## WHAT TO WORK ON
Return the run of lines below that opens with the line containing "#93=ORIENTED_EDGE('',*,*,#62,.F.);" and closes with the line containing "#110=ORIENTED_EDGE('',*,*,#34,.F.);", keeping each one exact.

## SOURCE MATERIAL
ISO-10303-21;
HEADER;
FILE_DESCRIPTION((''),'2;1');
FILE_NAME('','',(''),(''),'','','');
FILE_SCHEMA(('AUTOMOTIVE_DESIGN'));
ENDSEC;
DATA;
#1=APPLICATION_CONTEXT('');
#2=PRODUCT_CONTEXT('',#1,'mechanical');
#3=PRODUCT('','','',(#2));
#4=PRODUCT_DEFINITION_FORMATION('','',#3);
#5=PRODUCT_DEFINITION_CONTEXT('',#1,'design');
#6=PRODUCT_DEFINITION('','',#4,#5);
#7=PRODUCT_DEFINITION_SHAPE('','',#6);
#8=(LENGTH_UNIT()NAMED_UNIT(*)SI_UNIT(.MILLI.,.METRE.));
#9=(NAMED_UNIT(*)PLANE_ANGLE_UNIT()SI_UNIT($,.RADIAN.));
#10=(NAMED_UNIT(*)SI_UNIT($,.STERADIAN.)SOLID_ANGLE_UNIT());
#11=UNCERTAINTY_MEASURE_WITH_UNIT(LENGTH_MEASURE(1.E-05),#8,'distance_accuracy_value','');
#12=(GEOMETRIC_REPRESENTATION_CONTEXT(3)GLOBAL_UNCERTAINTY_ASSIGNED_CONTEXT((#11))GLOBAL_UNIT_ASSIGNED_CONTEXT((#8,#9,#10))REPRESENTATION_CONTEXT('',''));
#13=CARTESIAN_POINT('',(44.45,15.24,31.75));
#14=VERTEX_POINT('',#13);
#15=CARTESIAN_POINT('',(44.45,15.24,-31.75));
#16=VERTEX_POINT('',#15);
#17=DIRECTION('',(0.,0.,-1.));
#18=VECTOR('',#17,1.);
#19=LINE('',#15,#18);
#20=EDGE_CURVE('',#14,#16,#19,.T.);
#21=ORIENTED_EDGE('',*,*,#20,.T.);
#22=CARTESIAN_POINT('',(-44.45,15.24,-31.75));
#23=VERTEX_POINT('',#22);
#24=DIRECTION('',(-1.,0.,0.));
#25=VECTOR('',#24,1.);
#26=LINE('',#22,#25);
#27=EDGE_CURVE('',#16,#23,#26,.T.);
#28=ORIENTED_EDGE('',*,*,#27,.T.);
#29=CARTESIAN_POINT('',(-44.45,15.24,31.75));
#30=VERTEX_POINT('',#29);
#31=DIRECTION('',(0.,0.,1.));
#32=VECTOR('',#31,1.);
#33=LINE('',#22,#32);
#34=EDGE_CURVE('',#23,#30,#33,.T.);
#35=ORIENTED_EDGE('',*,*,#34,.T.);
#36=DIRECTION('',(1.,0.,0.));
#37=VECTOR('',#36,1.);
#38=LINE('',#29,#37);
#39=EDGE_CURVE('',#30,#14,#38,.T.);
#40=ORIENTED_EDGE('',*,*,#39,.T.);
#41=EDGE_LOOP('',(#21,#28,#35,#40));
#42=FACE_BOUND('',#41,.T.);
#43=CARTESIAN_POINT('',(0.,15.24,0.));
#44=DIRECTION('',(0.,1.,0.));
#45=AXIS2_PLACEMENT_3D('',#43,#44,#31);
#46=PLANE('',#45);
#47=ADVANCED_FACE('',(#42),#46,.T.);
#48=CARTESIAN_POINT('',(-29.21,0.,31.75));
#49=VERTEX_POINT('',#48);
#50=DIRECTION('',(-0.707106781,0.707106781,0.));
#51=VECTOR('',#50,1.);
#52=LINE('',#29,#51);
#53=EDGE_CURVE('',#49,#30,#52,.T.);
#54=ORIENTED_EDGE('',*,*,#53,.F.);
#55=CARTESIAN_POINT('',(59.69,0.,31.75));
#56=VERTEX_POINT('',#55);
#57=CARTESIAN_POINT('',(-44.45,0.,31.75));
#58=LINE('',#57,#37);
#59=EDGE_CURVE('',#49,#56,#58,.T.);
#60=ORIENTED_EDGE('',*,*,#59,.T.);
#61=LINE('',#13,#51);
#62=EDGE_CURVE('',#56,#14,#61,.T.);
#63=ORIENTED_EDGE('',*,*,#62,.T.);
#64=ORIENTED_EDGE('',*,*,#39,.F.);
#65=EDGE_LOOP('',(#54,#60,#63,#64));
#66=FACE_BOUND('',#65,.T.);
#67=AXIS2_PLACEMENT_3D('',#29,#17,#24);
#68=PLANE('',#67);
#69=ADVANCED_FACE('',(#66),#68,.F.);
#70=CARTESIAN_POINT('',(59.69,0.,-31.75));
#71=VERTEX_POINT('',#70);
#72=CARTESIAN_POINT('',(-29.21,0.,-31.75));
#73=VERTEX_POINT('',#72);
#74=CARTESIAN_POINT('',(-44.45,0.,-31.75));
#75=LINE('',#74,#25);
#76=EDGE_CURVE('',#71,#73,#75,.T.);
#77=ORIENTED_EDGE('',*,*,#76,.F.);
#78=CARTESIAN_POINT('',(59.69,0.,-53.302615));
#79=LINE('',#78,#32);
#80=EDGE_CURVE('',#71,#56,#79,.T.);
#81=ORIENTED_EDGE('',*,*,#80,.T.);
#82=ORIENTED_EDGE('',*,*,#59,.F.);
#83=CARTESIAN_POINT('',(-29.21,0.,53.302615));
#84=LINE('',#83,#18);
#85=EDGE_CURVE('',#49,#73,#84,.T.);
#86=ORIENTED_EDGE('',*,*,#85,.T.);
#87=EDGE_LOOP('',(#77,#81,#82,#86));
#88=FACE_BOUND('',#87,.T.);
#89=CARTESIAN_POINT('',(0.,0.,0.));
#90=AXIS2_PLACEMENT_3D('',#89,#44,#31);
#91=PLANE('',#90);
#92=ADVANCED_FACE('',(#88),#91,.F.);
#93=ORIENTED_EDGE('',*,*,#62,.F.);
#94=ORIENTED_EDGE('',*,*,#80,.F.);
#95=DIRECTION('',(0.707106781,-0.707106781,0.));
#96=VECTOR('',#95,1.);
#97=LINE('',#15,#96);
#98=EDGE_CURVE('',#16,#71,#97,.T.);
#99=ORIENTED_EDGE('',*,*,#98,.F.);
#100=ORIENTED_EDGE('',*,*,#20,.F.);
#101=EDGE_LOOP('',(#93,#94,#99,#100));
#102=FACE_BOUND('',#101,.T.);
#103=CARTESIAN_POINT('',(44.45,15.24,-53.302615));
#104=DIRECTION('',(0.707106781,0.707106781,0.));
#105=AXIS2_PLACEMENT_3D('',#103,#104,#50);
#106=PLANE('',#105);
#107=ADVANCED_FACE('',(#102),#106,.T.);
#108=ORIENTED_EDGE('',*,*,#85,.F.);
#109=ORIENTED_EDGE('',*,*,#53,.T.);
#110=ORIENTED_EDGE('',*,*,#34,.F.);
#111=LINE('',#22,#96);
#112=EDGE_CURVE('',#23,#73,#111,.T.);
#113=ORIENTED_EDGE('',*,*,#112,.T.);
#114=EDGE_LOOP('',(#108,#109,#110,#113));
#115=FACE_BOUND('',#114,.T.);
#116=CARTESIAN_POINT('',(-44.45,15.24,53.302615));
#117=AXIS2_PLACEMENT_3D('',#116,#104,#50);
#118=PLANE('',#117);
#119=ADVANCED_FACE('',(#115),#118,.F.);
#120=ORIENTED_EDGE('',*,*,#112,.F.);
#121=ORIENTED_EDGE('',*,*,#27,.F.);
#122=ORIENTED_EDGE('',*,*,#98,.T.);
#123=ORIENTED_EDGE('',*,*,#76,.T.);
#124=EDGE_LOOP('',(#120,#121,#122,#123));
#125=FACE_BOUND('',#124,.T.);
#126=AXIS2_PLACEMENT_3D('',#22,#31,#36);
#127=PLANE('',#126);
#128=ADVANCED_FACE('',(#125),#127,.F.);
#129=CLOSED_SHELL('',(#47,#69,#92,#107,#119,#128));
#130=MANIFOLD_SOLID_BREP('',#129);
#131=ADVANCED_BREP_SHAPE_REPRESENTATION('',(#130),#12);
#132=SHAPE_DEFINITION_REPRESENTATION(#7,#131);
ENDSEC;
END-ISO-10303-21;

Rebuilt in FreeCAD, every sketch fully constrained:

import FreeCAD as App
import Part
import Sketcher

V = App.Vector
Q = App.Units.Quantity

doc = App.newDocument("Part")
body = doc.addObject("PartDesign::Body", "Body")

sketch1 = body.newObject("Sketcher::SketchObject", "Sketch")
sketch1.AttachmentSupport = (doc.getObject("XZ_Plane"), [""])
sketch1.MapMode = "FlatFace"
sketch1.addGeometry([
    Part.LineSegment(V(-44.45, -31.75, 0), V(-44.45, 31.75, 0)),
    Part.LineSegment(V(-44.45, 31.75, 0), V(44.45, 31.75, 0)),
    Part.LineSegment(V(44.45, 31.75, 0), V(44.45, -31.75, 0)),
    Part.LineSegment(V(44.45, -31.75, 0), V(-44.45, -31.75, 0)),
], False)
sketch1.addConstraint([
    Sketcher.Constraint("Coincident", 0, 2, 1, 1),
    Sketcher.Constraint("Coincident", 1, 2, 2, 1),
    Sketcher.Constraint("Coincident", 2, 2, 3, 1),
    Sketcher.Constraint("Coincident", 3, 2, 0, 1),
    Sketcher.Constraint("Vertical", 0),
    Sketcher.Constraint("Horizontal", 1),
    Sketcher.Constraint("Vertical", 2),
    Sketcher.Constraint("Horizontal", 3),
    Sketcher.Constraint("Symmetric", 0, 2, 2, 2, -1, 1),
    Sketcher.Constraint("DistanceX", 1, 1, 1, 2, Q("3.5 in")),
    Sketcher.Constraint("DistanceY", 0, 1, 0, 2, Q("2.5 in")),
])
pad1 = body.newObject("PartDesign::Pad", "Pad")
pad1.Profile = sketch1
pad1.Length = Q("0.6 in")
pad1.Reversed = True

sketch2 = body.newObject("Sketcher::SketchObject", "Sketch001")
sketch2.AttachmentSupport = (doc.getObject("XY_Plane"), [""])
sketch2.MapMode = "FlatFace"
sketch2.AttachmentOffset = App.Placement(V(0, 0, 1.25 * 25.4), App.Rotation())
sketch2.addGeometry([
    Part.LineSegment(V(59.69, 0, 0), V(44.45, 15.24, 0)),
    Part.LineSegment(V(44.45, 15.24, 0), V(44.45, 0, 0)),
    Part.LineSegment(V(44.45, 0, 0), V(59.69, 0, 0)),
], False)
sketch2.addConstraint([
    Sketcher.Constraint("Coincident", 0, 2, 1, 1),
    Sketcher.Constraint("Coincident", 1, 2, 2, 1),
    Sketcher.Constraint("Coincident", 2, 2, 0, 1),
    Sketcher.Constraint("Vertical", 1),
    Sketcher.Constraint("Horizontal", 2),
    Sketcher.Constraint("PointOnObject", 1, 2, -1),
    Sketcher.Constraint("Equal", 2, 1),
    Sketcher.Constraint("DistanceX", 2, 1, 2, 2, Q("0.6 in")),
    Sketcher.Constraint("DistanceX", -1, 1, 0, 2, Q("1.75 in")),
])
pad2 = body.newObject("PartDesign::Pad", "Pad001")
pad2.Profile = sketch2
pad2.Length = Q("2.5 in")
pad2.Reversed = True

sketch3 = body.newObject("Sketcher::SketchObject", "Sketch002")
sketch3.AttachmentSupport = (doc.getObject("XY_Plane"), [""])
sketch3.MapMode = "FlatFace"
sketch3.AttachmentOffset = App.Placement(V(0, 0, -1.25 * 25.4), App.Rotation())
sketch3.addGeometry([
    Part.LineSegment(V(-44.45, 15.24, 0), V(-29.21, 0, 0)),
    Part.LineSegment(V(-29.21, 0, 0), V(-44.45, 0, 0)),
    Part.LineSegment(V(-44.45, 0, 0), V(-44.45, 15.24, 0)),
], False)
sketch3.addConstraint([
    Sketcher.Constraint("Coincident", 0, 2, 1, 1),
    Sketcher.Constraint("Coincident", 1, 2, 2, 1),
    Sketcher.Constraint("Coincident", 2, 2, 0, 1),
    Sketcher.Constraint("Horizontal", 1),
    Sketcher.Constraint("Vertical", 2),
    Sketcher.Constraint("PointOnObject", 0, 2, -1),
    Sketcher.Constraint("Equal", 1, 2),
    Sketcher.Constraint("DistanceX", 1, 2, 1, 1, Q("0.6 in")),
    Sketcher.Constraint("DistanceX", 0, 2, -1, 1, Q("1.15 in")),
])
pocket1 = body.newObject("PartDesign::Pocket", "Pocket")
pocket1.Profile = sketch3
pocket1.Length = Q("2.5 in")
pocket1.Reversed = True

doc.recompute()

## SOLUTION
#93=ORIENTED_EDGE('',*,*,#62,.F.);
#94=ORIENTED_EDGE('',*,*,#80,.F.);
#95=DIRECTION('',(0.707106781,-0.707106781,0.));
#96=VECTOR('',#95,1.);
#97=LINE('',#15,#96);
#98=EDGE_CURVE('',#16,#71,#97,.T.);
#99=ORIENTED_EDGE('',*,*,#98,.F.);
#100=ORIENTED_EDGE('',*,*,#20,.F.);
#101=EDGE_LOOP('',(#93,#94,#99,#100));
#102=FACE_BOUND('',#101,.T.);
#103=CARTESIAN_POINT('',(44.45,15.24,-53.302615));
#104=DIRECTION('',(0.707106781,0.707106781,0.));
#105=AXIS2_PLACEMENT_3D('',#103,#104,#50);
#106=PLANE('',#105);
#107=ADVANCED_FACE('',(#102),#106,.T.);
#108=ORIENTED_EDGE('',*,*,#85,.F.);
#109=ORIENTED_EDGE('',*,*,#53,.T.);
#110=ORIENTED_EDGE('',*,*,#34,.F.);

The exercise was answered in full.